• _Task description_
What lines below include the word "mode"? Copy each one.

Extracted entries Block Start

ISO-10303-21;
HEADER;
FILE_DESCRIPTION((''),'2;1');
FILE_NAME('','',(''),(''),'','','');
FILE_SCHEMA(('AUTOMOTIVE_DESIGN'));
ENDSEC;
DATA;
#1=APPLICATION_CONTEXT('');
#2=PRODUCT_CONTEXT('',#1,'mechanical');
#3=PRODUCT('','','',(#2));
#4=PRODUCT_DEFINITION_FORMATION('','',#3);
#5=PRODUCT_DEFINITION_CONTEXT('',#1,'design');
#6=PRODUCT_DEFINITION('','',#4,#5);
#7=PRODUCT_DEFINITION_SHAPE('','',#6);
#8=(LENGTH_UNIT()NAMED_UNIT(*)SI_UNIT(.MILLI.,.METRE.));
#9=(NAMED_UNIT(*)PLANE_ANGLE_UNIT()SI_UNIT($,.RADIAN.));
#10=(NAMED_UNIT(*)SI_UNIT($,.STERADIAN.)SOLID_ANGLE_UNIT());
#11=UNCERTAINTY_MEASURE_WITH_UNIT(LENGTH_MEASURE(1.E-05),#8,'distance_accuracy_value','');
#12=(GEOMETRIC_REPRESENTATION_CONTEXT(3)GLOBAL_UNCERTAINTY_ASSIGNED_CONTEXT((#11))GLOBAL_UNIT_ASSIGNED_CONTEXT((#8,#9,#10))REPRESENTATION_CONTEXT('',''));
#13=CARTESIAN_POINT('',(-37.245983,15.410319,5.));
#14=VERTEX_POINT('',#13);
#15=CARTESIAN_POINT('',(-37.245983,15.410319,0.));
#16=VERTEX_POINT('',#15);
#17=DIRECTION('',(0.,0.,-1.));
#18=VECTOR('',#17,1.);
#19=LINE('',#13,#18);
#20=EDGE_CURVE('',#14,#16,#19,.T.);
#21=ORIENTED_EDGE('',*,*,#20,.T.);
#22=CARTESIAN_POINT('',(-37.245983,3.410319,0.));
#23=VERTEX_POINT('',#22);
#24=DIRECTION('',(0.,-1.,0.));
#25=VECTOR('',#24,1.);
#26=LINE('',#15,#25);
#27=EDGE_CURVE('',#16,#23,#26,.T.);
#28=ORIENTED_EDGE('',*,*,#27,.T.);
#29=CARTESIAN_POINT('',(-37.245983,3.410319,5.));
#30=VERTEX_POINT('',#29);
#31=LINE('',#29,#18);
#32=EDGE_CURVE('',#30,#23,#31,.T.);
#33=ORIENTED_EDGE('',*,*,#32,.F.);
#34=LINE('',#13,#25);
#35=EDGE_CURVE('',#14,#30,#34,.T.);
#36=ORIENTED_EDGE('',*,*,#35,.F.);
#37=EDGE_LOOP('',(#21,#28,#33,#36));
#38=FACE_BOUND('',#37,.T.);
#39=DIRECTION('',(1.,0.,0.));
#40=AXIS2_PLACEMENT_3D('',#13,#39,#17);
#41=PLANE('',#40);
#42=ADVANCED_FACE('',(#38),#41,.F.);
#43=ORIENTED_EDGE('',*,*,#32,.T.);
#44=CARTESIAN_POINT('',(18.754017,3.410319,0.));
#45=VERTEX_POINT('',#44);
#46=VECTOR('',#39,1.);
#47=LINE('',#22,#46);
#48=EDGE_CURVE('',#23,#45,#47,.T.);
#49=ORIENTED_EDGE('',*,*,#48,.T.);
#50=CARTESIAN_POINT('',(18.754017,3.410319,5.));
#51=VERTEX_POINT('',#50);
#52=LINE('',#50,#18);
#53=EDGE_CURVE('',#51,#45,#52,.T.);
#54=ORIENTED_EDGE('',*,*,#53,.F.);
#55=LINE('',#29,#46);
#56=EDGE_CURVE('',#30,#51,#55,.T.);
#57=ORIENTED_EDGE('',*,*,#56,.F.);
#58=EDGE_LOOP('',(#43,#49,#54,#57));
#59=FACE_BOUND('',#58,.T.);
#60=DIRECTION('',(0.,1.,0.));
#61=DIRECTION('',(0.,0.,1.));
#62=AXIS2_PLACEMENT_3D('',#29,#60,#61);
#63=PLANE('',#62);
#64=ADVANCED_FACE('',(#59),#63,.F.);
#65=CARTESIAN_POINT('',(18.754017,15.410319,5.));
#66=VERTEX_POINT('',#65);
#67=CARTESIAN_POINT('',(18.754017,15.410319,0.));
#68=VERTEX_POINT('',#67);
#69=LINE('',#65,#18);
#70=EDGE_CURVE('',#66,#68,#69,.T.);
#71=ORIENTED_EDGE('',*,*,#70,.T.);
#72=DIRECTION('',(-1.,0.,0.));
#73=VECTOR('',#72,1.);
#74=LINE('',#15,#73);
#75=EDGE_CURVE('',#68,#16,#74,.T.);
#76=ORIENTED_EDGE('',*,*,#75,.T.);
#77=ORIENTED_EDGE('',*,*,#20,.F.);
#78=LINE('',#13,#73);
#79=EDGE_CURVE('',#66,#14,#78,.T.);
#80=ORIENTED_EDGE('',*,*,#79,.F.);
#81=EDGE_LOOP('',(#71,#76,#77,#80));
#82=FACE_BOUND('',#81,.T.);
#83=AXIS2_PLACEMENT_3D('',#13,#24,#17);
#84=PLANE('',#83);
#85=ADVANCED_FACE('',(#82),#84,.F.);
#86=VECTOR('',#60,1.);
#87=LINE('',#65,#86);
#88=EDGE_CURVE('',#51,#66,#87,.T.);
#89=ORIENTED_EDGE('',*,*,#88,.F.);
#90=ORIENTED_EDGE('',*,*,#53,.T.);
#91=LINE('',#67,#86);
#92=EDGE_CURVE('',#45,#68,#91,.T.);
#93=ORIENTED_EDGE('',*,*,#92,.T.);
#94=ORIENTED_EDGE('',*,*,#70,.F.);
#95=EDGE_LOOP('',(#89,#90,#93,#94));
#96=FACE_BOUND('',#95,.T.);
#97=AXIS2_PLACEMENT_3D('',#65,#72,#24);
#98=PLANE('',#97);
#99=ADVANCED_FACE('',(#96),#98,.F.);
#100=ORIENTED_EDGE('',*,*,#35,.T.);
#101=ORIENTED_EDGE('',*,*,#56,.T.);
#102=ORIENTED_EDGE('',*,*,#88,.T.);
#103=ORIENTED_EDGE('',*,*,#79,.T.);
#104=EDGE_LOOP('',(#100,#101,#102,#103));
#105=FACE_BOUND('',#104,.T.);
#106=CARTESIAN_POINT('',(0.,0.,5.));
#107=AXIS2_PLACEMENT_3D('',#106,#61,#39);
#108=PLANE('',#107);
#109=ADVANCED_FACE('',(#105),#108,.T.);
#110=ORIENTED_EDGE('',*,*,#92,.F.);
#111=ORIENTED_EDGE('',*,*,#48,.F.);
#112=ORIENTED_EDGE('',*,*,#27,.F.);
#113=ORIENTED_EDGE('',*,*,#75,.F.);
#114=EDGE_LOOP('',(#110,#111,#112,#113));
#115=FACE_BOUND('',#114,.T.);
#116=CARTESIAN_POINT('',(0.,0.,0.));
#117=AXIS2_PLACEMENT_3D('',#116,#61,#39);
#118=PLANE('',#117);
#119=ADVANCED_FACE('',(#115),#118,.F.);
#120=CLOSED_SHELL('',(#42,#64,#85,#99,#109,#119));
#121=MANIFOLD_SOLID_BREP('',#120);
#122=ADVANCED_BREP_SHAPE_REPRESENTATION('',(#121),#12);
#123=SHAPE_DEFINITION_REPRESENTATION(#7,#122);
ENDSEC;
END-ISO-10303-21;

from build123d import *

# Parameters (mm, degrees)
SKETCH_1_W      = 56
SKETCH_1_H      = 12
EXTRUDE_1_DEPTH = 5


with BuildPart() as part:
    # 草圖1 → 填料-伸長1 (new body)
    with BuildSketch(Plane.XY):
        with Locations((-9.245982721, 9.41031941)):
            Rectangle(SKETCH_1_W, SKETCH_1_H)
    extrude(amount=EXTRUDE_1_DEPTH)


solid = part.part
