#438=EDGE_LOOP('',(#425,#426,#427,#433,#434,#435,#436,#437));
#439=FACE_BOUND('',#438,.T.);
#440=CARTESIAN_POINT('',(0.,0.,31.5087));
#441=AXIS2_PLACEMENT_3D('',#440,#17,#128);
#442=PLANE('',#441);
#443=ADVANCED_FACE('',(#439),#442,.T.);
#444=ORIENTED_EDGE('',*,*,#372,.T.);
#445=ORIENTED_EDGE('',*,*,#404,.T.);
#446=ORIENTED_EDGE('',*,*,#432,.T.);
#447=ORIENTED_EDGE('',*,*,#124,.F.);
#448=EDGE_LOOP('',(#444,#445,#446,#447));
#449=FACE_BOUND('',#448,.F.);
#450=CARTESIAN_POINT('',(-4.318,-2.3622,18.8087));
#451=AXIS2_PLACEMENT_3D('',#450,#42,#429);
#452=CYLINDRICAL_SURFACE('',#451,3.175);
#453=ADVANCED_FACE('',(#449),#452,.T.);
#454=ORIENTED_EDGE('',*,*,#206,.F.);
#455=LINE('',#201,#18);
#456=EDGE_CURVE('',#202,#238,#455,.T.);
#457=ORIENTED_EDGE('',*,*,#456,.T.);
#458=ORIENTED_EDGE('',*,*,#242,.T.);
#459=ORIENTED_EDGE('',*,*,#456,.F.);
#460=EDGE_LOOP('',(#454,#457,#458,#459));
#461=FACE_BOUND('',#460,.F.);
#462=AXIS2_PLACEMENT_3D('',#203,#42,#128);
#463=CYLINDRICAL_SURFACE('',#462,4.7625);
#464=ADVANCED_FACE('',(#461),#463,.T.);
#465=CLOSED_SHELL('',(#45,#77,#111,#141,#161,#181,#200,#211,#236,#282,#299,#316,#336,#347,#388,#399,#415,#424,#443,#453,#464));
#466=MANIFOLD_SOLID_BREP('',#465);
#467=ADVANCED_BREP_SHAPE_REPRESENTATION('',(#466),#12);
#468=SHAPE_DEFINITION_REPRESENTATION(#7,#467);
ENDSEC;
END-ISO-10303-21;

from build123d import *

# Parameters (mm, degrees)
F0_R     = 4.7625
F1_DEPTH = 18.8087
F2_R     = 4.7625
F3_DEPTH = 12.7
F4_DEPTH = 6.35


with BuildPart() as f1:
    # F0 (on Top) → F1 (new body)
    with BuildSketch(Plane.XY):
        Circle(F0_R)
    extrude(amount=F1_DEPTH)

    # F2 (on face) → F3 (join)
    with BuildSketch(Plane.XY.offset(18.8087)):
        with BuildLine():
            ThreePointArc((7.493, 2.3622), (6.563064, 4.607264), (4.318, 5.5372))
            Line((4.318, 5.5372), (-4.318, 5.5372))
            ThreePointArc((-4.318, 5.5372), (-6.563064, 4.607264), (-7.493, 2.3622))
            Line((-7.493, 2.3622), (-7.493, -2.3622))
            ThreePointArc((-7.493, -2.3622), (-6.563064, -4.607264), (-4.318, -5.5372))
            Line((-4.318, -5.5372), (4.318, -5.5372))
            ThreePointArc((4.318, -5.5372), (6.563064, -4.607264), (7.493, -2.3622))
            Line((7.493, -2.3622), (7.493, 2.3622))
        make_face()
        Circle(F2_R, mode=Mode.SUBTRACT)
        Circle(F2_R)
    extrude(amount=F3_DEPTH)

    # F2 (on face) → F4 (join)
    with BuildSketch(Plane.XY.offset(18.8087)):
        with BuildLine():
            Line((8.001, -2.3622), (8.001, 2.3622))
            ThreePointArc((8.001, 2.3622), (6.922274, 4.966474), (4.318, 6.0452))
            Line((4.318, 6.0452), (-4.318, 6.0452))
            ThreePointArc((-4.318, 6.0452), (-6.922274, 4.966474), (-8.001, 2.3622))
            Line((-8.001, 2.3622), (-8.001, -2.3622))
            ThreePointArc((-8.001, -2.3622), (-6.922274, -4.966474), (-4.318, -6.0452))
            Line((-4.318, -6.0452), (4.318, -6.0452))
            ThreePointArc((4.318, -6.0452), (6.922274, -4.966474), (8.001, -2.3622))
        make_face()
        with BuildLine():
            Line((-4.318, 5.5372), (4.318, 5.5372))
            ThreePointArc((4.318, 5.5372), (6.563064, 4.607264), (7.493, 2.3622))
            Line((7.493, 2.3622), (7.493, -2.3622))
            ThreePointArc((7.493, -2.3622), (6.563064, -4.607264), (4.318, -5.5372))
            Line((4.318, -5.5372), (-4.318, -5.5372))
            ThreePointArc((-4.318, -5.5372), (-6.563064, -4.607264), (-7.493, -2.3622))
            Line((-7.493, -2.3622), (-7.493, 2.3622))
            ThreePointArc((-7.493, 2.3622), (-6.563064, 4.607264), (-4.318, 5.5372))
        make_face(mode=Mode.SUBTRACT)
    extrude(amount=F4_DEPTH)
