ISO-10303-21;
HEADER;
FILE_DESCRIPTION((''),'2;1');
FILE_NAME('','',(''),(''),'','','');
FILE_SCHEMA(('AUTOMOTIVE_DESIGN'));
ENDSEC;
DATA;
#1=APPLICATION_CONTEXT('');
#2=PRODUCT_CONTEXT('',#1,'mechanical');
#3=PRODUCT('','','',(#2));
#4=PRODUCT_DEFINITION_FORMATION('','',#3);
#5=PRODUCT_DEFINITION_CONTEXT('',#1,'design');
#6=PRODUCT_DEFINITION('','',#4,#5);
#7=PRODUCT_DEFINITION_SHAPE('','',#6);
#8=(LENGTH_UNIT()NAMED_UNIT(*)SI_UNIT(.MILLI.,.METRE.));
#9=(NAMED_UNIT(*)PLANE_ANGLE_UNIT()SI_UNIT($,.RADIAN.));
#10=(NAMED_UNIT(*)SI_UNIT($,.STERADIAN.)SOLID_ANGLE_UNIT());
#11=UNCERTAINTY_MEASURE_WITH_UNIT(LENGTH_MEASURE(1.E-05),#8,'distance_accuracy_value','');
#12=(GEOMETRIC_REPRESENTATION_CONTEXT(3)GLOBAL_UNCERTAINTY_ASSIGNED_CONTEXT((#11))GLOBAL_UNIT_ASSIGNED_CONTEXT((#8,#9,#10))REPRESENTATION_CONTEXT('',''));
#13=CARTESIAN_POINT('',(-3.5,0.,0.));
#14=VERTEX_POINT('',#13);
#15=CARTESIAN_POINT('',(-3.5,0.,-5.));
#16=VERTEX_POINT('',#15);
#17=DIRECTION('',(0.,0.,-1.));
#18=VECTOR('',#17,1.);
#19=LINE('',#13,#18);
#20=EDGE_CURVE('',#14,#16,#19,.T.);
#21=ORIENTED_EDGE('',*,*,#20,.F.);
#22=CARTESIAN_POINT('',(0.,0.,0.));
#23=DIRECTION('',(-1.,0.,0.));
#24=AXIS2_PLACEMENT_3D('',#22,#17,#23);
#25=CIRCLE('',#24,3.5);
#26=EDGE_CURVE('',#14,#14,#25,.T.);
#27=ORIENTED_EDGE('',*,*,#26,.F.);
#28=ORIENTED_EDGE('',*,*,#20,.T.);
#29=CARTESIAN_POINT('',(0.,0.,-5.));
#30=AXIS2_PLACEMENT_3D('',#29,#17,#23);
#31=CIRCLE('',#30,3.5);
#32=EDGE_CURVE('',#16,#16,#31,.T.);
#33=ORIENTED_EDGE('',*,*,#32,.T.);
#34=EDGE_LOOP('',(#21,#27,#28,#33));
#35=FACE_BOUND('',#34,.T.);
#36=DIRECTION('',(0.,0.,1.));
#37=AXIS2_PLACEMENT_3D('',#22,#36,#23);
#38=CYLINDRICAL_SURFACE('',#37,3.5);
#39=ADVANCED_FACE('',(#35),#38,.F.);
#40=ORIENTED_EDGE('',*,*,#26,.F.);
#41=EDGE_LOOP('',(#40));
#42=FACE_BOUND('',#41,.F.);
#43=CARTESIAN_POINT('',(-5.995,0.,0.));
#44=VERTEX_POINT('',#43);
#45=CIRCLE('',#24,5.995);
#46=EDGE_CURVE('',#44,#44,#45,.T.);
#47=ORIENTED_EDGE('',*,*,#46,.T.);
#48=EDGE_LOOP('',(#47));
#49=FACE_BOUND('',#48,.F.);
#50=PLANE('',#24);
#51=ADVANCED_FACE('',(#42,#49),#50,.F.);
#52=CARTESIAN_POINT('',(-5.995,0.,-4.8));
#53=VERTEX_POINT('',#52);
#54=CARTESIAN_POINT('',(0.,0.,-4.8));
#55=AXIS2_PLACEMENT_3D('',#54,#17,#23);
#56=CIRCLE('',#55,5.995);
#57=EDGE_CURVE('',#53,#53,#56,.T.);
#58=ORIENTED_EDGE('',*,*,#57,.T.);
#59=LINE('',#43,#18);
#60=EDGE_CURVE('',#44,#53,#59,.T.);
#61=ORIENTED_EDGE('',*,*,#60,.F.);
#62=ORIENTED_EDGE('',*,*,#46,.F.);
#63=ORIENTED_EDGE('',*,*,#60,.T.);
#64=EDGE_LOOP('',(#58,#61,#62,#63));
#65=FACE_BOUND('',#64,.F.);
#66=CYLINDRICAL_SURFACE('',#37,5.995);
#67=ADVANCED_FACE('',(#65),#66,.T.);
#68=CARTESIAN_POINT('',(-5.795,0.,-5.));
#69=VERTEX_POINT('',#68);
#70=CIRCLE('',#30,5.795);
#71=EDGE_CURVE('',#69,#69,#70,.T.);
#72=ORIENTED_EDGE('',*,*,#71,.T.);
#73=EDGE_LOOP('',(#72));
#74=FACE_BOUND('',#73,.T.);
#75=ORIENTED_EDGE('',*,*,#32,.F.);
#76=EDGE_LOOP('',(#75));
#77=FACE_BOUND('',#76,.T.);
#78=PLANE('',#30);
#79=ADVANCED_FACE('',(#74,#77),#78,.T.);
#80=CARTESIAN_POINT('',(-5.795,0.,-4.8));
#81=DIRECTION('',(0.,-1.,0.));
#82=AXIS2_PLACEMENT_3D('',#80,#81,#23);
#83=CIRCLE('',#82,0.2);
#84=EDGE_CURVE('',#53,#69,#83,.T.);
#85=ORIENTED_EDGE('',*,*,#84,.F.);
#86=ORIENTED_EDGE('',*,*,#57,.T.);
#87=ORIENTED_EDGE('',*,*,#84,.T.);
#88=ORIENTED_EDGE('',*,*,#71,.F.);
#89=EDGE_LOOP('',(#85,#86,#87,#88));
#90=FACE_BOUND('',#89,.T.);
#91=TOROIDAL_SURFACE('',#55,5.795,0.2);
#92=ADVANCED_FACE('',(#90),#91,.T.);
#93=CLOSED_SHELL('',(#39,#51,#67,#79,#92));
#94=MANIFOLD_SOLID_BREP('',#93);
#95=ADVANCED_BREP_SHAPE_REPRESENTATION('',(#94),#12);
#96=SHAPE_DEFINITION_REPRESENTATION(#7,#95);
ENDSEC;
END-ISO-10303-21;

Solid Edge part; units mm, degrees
sketch "Sketch1" plane through (0, 0, 0) normal (0, 0, -1) x (-1, 0, 0)
  circle A0 centre (0, 0) radius 3.5
  circle A1 centre (0, 0) radius 5.995
extrude "Protrusion1" add sketch "Sketch1" along normal blind 5
fillet "Lekerekítés_1" radius 0.2 1 edges at (5.995, 0, -5)
properties material "Réz, sárgaréz"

Extracted entries Block End

• _Reply_
        Circle(F2_R, mode=Mode.SUBTRACT)
        make_face(mode=Mode.SUBTRACT)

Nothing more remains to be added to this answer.